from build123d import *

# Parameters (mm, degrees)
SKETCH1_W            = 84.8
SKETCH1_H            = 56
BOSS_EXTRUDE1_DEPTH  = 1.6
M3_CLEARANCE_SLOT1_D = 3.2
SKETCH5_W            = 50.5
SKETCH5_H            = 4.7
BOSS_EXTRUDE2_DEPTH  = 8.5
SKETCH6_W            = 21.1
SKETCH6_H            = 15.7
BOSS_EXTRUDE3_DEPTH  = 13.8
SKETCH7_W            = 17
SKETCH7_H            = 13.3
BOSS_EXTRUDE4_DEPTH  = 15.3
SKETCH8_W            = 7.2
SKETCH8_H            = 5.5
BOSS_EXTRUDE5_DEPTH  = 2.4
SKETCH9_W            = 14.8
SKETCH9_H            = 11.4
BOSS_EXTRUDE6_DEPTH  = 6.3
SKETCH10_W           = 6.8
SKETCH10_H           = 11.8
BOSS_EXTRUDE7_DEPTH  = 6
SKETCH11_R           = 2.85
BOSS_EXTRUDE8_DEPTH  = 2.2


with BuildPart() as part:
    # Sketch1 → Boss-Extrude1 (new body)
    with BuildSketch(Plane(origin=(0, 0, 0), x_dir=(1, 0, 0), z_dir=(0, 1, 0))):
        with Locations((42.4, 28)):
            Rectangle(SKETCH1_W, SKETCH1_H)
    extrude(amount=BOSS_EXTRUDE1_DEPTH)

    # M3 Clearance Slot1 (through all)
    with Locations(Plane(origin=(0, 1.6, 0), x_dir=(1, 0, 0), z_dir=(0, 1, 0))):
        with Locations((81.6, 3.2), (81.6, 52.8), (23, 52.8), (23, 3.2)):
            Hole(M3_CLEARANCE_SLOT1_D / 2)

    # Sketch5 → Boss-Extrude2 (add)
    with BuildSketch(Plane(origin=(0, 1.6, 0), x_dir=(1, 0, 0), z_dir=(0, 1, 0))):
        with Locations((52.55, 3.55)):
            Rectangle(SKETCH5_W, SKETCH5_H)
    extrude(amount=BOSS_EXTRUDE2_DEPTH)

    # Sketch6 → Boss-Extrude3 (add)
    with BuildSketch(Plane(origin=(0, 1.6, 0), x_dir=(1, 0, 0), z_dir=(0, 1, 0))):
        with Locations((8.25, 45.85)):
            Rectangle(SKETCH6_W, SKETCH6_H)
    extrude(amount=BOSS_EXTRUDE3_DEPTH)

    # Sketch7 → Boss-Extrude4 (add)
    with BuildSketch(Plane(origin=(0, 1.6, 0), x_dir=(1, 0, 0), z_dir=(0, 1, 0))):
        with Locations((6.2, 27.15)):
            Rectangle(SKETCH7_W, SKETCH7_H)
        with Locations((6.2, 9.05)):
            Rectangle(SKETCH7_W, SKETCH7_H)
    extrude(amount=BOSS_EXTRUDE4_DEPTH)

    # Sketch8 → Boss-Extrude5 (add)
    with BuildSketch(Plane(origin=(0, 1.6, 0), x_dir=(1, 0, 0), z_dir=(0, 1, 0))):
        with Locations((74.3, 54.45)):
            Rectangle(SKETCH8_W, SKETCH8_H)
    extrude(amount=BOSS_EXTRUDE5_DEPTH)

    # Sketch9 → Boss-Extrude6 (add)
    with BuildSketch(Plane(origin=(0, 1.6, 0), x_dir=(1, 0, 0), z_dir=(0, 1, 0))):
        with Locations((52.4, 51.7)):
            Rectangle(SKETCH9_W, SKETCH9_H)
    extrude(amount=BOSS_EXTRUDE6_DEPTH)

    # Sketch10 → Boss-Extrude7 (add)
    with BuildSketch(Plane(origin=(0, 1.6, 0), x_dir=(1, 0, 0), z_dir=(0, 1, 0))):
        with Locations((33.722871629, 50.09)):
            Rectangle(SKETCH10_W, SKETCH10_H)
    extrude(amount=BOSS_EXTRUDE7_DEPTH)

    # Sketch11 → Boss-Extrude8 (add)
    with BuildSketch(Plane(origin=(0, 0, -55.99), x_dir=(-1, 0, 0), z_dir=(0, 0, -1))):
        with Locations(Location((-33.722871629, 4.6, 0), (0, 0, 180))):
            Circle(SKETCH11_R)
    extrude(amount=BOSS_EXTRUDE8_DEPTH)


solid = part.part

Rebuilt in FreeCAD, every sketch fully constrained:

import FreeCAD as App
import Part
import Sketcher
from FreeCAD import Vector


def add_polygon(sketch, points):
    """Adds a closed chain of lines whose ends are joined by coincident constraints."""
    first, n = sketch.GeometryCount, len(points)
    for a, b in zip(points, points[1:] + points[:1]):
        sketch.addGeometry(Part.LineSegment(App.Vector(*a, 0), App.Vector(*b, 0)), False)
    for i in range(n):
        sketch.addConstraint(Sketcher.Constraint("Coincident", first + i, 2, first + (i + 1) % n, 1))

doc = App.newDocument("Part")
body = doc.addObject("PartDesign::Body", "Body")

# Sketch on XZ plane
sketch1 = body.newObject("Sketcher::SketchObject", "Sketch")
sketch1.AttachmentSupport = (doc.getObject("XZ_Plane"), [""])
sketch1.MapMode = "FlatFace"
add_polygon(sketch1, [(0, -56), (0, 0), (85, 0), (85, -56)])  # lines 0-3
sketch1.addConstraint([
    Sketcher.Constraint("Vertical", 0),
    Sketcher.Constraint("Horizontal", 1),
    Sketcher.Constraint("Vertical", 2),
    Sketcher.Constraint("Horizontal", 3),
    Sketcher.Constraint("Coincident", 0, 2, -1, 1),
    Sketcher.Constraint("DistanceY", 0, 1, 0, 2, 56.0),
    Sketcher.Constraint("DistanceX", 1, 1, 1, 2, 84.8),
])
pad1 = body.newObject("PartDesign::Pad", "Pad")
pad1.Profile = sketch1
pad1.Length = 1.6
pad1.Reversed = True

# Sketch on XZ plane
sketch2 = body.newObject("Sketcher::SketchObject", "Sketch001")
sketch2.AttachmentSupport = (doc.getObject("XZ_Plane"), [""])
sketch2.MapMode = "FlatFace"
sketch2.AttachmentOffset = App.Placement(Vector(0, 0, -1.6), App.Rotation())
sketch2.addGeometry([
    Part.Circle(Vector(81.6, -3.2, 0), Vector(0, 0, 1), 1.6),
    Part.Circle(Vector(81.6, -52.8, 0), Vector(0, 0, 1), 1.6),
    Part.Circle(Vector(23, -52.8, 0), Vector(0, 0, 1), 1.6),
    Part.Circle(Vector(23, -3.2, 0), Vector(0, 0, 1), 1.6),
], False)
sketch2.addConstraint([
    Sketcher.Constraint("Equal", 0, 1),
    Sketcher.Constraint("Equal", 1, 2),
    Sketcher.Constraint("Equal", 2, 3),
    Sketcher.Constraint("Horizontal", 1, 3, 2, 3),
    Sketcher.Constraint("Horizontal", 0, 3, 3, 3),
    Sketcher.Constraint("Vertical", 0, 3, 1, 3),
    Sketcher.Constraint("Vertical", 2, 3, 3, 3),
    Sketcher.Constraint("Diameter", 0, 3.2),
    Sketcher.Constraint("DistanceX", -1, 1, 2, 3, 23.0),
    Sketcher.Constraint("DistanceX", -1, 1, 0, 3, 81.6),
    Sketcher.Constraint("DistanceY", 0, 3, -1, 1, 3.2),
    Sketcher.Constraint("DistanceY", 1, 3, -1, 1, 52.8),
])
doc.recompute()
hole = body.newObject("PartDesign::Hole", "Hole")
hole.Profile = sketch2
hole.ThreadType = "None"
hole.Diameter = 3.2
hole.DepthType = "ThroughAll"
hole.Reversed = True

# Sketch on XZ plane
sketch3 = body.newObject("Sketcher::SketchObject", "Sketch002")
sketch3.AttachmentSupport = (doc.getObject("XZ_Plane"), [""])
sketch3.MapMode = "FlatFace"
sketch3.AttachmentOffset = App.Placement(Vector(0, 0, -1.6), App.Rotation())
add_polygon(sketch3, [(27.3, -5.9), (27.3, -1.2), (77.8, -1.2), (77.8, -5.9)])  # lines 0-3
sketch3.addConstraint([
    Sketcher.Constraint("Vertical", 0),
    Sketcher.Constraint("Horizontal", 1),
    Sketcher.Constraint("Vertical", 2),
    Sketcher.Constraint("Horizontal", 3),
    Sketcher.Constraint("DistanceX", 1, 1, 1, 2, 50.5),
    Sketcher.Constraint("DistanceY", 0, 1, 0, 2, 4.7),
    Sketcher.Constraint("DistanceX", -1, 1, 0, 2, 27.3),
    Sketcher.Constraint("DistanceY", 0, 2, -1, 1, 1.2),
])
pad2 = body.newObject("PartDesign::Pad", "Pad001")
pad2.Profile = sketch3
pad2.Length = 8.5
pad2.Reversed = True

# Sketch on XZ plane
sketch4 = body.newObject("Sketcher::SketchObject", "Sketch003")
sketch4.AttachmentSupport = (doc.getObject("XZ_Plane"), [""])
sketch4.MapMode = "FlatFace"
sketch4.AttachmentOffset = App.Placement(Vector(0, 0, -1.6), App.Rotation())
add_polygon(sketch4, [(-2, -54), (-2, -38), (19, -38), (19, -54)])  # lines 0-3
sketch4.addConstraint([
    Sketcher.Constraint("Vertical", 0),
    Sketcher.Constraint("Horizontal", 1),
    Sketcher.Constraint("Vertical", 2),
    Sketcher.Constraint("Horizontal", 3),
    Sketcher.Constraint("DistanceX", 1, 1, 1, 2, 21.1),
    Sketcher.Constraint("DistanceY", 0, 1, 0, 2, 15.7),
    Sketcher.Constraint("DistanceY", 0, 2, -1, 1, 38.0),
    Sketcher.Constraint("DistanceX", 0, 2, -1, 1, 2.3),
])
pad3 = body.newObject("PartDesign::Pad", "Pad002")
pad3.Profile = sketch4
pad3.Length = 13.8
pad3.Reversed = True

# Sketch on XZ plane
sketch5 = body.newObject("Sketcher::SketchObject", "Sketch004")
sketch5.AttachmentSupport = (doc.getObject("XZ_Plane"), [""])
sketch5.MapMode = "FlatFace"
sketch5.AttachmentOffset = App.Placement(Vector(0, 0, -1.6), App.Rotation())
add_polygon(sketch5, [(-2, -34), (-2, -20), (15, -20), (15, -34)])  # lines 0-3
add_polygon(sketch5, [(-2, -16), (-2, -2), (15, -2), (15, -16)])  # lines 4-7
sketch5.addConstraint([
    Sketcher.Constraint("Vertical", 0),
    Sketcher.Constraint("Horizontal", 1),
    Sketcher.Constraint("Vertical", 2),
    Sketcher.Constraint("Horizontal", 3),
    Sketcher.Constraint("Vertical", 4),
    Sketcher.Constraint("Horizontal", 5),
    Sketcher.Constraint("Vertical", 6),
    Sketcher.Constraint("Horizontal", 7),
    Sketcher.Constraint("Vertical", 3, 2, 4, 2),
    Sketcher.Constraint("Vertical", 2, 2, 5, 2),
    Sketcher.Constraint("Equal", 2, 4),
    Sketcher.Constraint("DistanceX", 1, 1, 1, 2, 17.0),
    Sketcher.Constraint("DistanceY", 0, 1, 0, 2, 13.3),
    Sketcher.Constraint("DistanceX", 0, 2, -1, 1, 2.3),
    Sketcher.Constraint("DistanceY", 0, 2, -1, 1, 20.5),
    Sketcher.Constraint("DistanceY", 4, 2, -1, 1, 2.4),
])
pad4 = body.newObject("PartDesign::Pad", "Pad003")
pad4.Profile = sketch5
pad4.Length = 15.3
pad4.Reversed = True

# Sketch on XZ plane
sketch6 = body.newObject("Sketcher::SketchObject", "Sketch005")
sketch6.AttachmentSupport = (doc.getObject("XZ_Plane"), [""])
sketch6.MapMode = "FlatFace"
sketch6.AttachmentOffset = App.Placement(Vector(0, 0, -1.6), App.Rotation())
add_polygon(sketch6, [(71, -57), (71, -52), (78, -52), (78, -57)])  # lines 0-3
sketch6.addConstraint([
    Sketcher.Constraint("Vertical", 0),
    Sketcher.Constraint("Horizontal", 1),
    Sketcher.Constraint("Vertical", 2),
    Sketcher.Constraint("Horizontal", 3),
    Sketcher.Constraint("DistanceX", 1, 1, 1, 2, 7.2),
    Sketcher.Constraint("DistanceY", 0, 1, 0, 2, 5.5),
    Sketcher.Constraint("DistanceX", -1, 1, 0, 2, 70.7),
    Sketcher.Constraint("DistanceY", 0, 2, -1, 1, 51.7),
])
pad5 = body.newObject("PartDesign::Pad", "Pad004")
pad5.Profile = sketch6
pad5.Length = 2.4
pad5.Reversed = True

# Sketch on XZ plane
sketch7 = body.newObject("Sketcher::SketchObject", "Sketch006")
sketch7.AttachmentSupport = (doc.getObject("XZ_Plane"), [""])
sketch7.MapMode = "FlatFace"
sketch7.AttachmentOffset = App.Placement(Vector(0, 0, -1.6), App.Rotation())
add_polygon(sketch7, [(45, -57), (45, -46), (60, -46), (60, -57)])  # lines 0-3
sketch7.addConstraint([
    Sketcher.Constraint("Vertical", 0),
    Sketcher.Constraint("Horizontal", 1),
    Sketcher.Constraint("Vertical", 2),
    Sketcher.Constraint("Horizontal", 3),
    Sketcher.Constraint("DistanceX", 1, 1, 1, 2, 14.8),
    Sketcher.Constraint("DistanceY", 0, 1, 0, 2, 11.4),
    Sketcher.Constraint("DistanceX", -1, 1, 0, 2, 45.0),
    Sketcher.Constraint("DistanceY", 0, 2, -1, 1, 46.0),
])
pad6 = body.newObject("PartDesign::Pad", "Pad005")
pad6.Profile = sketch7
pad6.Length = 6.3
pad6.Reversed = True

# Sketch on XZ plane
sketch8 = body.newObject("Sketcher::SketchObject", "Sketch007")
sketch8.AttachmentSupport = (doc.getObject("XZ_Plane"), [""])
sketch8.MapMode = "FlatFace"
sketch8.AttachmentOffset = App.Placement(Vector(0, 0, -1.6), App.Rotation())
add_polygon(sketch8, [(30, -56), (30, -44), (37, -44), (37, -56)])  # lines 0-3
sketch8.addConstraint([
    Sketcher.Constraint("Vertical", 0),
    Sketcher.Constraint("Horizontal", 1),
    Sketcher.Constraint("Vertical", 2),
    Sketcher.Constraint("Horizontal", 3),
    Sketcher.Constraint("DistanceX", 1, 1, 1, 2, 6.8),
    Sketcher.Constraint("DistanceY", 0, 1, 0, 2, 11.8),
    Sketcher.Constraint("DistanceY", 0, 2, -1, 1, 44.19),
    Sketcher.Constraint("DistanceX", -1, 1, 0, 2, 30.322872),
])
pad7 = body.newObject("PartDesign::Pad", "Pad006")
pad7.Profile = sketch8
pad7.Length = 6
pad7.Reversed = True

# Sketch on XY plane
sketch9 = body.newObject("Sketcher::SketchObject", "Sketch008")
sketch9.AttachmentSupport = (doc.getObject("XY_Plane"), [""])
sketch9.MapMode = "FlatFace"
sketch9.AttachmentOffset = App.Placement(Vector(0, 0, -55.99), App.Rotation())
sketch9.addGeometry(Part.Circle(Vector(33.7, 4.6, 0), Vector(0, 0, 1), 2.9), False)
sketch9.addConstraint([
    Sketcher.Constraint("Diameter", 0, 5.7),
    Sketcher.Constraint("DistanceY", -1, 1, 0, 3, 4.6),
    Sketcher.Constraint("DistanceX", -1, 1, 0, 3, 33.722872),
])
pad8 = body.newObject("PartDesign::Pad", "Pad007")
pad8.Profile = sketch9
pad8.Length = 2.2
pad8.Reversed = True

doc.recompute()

┄┄┄┄┄┄

Problem:
Beginning at the top of the data, please return every line until and including the line containing "with BuildPart() as", copied exactly, and nothing past it.

Answer to this task:
from build123d import *

# Parameters (mm, degrees)
SKETCH1_W            = 84.8
SKETCH1_H            = 56
BOSS_EXTRUDE1_DEPTH  = 1.6
M3_CLEARANCE_SLOT1_D = 3.2
SKETCH5_W            = 50.5
SKETCH5_H            = 4.7
BOSS_EXTRUDE2_DEPTH  = 8.5
SKETCH6_W            = 21.1
SKETCH6_H            = 15.7
BOSS_EXTRUDE3_DEPTH  = 13.8
SKETCH7_W            = 17
SKETCH7_H            = 13.3
BOSS_EXTRUDE4_DEPTH  = 15.3
SKETCH8_W            = 7.2
SKETCH8_H            = 5.5
BOSS_EXTRUDE5_DEPTH  = 2.4
SKETCH9_W            = 14.8
SKETCH9_H            = 11.4
BOSS_EXTRUDE6_DEPTH  = 6.3
SKETCH10_W           = 6.8
SKETCH10_H           = 11.8
BOSS_EXTRUDE7_DEPTH  = 6
SKETCH11_R           = 2.85
BOSS_EXTRUDE8_DEPTH  = 2.2


with BuildPart() as part:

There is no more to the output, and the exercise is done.